You need to follow Bill's direction and find yourself a competent sider to cap the exterior window frames with pvc aluminum.
A good sider knows how to bend the aluminum so that it slides between the window and window stop.
Then all you have to do (or the sider has to do) is run a nice clean bead of caulk (silicone).


----------



## Tom Struble (Dec 29, 2008)

well actually i think the op is right,there should be an exterior stop


----------



## yamster (Jun 18, 2011)

Hmmm... so... there's this cap or stop on the outside that covers the gap?

Well, then can we say the outside gaps are closed by this cap/stop, instead of there should be no gap outside (because of the cap/stop)? 

Should I take some pictures of how the windows in my house look from outside?


----------



## kwikfishron (Mar 11, 2010)

yamster said:


> Should I take some pictures of how the windows in my house look from outside?


We like pictures.:yes:


----------



## yamster (Jun 18, 2011)

I can't really see any stops or caps around the window from outside.

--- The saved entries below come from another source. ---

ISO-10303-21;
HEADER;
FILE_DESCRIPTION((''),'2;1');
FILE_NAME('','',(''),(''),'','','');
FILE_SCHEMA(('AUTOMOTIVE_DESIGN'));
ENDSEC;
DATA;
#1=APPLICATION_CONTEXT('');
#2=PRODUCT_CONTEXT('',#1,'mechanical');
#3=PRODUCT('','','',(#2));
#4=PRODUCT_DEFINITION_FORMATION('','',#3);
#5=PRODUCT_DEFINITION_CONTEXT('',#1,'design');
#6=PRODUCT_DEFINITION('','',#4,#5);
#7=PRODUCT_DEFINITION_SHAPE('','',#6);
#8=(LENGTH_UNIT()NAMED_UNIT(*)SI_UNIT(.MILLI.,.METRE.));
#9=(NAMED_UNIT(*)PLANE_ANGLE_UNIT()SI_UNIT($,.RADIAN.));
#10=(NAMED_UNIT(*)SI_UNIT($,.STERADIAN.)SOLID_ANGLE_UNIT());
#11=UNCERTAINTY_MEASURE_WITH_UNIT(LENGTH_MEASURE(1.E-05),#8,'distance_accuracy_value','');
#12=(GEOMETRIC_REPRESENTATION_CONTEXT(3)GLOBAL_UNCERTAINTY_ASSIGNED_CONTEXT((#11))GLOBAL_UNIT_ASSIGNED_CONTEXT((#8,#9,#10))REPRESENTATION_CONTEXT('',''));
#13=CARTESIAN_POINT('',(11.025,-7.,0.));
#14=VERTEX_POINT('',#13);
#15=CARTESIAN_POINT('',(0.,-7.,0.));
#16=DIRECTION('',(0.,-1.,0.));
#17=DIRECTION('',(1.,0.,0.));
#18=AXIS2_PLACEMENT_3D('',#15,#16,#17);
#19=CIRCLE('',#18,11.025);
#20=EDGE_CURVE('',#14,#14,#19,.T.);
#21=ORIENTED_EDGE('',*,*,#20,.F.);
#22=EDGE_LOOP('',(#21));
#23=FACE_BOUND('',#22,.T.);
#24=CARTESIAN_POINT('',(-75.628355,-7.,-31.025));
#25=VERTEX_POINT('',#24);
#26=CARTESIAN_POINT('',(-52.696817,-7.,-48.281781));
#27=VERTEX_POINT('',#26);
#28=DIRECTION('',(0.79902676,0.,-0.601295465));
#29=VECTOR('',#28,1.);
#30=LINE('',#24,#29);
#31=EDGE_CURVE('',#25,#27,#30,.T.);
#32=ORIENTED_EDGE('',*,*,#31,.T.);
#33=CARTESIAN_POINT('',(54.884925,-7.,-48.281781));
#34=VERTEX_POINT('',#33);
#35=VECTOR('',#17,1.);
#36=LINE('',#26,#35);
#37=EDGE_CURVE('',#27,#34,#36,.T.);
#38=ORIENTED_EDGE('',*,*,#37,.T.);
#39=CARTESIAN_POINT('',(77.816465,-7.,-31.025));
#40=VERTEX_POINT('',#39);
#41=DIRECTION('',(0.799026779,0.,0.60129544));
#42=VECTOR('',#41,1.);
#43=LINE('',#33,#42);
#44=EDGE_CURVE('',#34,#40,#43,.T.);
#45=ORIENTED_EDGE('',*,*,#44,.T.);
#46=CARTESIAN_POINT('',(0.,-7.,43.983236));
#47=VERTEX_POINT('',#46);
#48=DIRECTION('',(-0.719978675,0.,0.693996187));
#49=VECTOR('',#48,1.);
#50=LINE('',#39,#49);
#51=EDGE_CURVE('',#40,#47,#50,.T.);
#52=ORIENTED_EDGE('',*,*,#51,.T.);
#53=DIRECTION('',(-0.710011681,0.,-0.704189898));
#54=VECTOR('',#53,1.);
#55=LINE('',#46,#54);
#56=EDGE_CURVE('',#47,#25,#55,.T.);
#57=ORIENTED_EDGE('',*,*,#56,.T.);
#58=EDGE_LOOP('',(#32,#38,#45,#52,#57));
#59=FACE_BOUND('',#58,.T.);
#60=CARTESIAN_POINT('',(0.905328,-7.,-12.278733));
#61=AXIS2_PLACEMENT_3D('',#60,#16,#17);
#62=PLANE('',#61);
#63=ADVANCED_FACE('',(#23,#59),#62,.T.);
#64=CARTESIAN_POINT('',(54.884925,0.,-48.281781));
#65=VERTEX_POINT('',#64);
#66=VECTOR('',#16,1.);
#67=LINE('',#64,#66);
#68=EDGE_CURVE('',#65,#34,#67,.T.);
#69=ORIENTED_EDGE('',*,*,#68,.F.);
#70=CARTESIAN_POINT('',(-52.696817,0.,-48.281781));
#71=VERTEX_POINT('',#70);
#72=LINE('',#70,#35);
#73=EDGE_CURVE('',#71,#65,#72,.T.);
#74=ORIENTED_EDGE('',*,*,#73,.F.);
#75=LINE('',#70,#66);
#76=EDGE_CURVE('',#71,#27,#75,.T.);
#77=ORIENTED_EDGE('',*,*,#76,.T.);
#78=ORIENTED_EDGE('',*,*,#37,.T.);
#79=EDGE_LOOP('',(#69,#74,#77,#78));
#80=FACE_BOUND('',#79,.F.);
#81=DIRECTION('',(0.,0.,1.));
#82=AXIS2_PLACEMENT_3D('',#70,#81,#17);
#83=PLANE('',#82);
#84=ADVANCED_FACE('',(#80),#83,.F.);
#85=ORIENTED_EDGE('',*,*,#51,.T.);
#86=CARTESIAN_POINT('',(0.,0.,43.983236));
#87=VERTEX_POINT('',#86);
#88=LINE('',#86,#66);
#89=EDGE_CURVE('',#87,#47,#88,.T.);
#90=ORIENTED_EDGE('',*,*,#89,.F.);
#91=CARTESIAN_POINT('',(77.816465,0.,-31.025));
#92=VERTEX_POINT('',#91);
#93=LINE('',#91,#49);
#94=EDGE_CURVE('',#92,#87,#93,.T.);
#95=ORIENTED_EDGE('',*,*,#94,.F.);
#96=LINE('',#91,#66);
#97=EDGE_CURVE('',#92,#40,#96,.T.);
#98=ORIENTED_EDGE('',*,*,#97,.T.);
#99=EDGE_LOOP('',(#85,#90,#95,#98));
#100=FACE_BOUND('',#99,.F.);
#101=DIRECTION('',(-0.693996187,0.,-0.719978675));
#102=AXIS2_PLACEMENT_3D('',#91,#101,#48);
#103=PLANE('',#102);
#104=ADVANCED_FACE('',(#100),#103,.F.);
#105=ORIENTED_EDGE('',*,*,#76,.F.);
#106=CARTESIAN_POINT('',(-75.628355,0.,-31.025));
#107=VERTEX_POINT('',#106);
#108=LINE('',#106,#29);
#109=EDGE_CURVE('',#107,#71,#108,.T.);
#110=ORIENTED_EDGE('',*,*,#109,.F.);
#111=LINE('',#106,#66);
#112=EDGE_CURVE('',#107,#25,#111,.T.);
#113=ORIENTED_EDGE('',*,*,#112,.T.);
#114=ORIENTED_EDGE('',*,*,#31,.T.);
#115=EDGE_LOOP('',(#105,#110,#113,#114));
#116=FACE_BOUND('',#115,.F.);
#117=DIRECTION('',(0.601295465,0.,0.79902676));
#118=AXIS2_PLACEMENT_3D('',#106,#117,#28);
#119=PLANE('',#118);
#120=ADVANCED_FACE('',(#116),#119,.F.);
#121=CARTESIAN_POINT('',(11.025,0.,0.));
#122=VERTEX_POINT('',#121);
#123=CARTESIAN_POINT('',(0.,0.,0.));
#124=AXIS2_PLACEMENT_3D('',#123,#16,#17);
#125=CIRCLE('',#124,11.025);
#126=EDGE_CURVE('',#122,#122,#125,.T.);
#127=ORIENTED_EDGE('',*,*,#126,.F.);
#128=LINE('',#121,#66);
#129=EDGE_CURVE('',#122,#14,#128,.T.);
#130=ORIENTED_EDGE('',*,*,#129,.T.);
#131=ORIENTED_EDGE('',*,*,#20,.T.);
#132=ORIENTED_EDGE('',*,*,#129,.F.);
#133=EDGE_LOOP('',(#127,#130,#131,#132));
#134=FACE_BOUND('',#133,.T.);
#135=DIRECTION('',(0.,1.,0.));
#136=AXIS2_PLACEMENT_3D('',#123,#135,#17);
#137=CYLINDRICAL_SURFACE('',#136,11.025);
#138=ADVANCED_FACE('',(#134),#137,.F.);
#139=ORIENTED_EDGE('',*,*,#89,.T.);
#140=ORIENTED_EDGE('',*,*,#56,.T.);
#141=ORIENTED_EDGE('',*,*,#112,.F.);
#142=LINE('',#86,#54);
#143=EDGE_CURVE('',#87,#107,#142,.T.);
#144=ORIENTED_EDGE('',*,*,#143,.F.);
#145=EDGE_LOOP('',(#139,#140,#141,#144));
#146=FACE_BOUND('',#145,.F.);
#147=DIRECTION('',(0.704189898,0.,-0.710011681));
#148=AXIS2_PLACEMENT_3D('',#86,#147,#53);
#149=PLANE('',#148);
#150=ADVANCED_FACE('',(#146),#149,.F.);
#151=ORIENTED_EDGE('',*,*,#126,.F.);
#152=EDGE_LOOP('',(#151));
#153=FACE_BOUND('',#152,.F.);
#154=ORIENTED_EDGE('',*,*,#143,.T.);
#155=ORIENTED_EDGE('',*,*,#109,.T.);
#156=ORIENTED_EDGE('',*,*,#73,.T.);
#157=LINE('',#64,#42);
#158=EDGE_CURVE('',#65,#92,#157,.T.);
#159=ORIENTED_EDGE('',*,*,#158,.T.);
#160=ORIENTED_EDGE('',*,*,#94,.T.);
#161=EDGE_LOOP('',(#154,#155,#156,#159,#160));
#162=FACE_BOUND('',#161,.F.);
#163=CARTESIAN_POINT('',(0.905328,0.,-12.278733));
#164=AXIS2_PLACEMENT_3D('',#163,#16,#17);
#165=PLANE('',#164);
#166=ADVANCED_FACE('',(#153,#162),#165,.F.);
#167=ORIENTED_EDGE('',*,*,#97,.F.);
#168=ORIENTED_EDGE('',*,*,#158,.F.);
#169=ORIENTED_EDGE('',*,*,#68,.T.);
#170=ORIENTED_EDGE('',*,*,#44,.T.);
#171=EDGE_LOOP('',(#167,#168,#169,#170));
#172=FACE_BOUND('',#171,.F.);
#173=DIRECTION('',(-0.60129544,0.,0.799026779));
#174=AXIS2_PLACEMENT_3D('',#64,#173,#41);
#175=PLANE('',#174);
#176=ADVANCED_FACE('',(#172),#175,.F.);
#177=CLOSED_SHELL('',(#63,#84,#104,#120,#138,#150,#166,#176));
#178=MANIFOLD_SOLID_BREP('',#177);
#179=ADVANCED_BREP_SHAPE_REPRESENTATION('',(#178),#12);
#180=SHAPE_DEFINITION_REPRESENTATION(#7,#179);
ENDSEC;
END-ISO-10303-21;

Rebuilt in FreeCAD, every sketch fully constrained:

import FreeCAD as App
import Part
import Sketcher
from FreeCAD import Vector
Q = App.Units.Quantity


def add_polygon(sketch, points):
    """Adds a closed chain of lines whose ends are joined by coincident constraints."""
    first, n = sketch.GeometryCount, len(points)
    for a, b in zip(points, points[1:] + points[:1]):
        sketch.addGeometry(Part.LineSegment(App.Vector(*a, 0), App.Vector(*b, 0)), False)
    for i in range(n):
        sketch.addConstraint(Sketcher.Constraint("Coincident", first + i, 2, first + (i + 1) % n, 1))

doc = App.newDocument("Part")
body = doc.addObject("PartDesign::Body", "Body")

sketch1 = doc.addObject("Sketcher::SketchObject", "Sketch")
body.addObject(sketch1)
sketch1.AttachmentSupport = (doc.XZ_Plane, [""])
sketch1.MapMode = "FlatFace"
add_polygon(sketch1, [(77.816465, -31.025), (0, 43.983236), (-75.628355, -31.025), (-52.696817, -48.281781), (54.884925, -48.281781)])
sketch1.addGeometry(Part.Circle(Vector(0, 0, 0), Vector(0, 0, 1), 11.025), False)
sketch1.addConstraint([
    Sketcher.Constraint("Horizontal", 3),
    Sketcher.Constraint("Coincident", 5, 3, -1, 1),
    Sketcher.Constraint("PointOnObject", 0, 2, -2),
    Sketcher.Constraint("Horizontal", 1, 2, 4, 2),
    Sketcher.Constraint("Equal", 2, 4),
    Sketcher.Constraint("Diameter", 5, Q("22.05 mm")),
    Sketcher.Constraint("DistanceY", 1, 2, -1, 1, Q("31.025 mm")),
    Sketcher.Constraint("Distance", 4, Q("28.699338 mm")),
    Sketcher.Constraint("DistanceX", 3, 1, 3, 2, Q("107.581742 mm")),
    Sketcher.Constraint("DistanceY", 2, 2, -1, 1, Q("48.281781 mm")),
    Sketcher.Constraint("Distance", 0, Q("108.081625 mm")),
    Sketcher.Constraint("Distance", 1, Q("106.517058 mm")),
])
pad1 = doc.addObject("PartDesign::Pad", "Pad")
body.addObject(pad1)
pad1.Profile = sketch1
pad1.Length = 7

doc.recompute()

When removing the existing window, everything inside the caulking line (white stuff) should go, right?

Here are some pictures. First time trying to post pictures... I hope it works.

Thank you!


----------



## kwikfishron (Mar 11, 2010)

yamster said:


> When removing the existing window, everything inside the caulking line (white stuff) should go, right?


Ya…all the white stuff goes.

Your replacement (no fin) windows are the wrong choice for that application IMO.


----------



## yamster (Jun 18, 2011)

I haven't bought any windows yet... So, when I do, is there certain type of replacement window (other than it being a casement window, which is the style of the existing one) that I should get, for the particular type of installation method used for my window?


----------



## kwikfishron (Mar 11, 2010)

What you want is a new construction windows with the fin.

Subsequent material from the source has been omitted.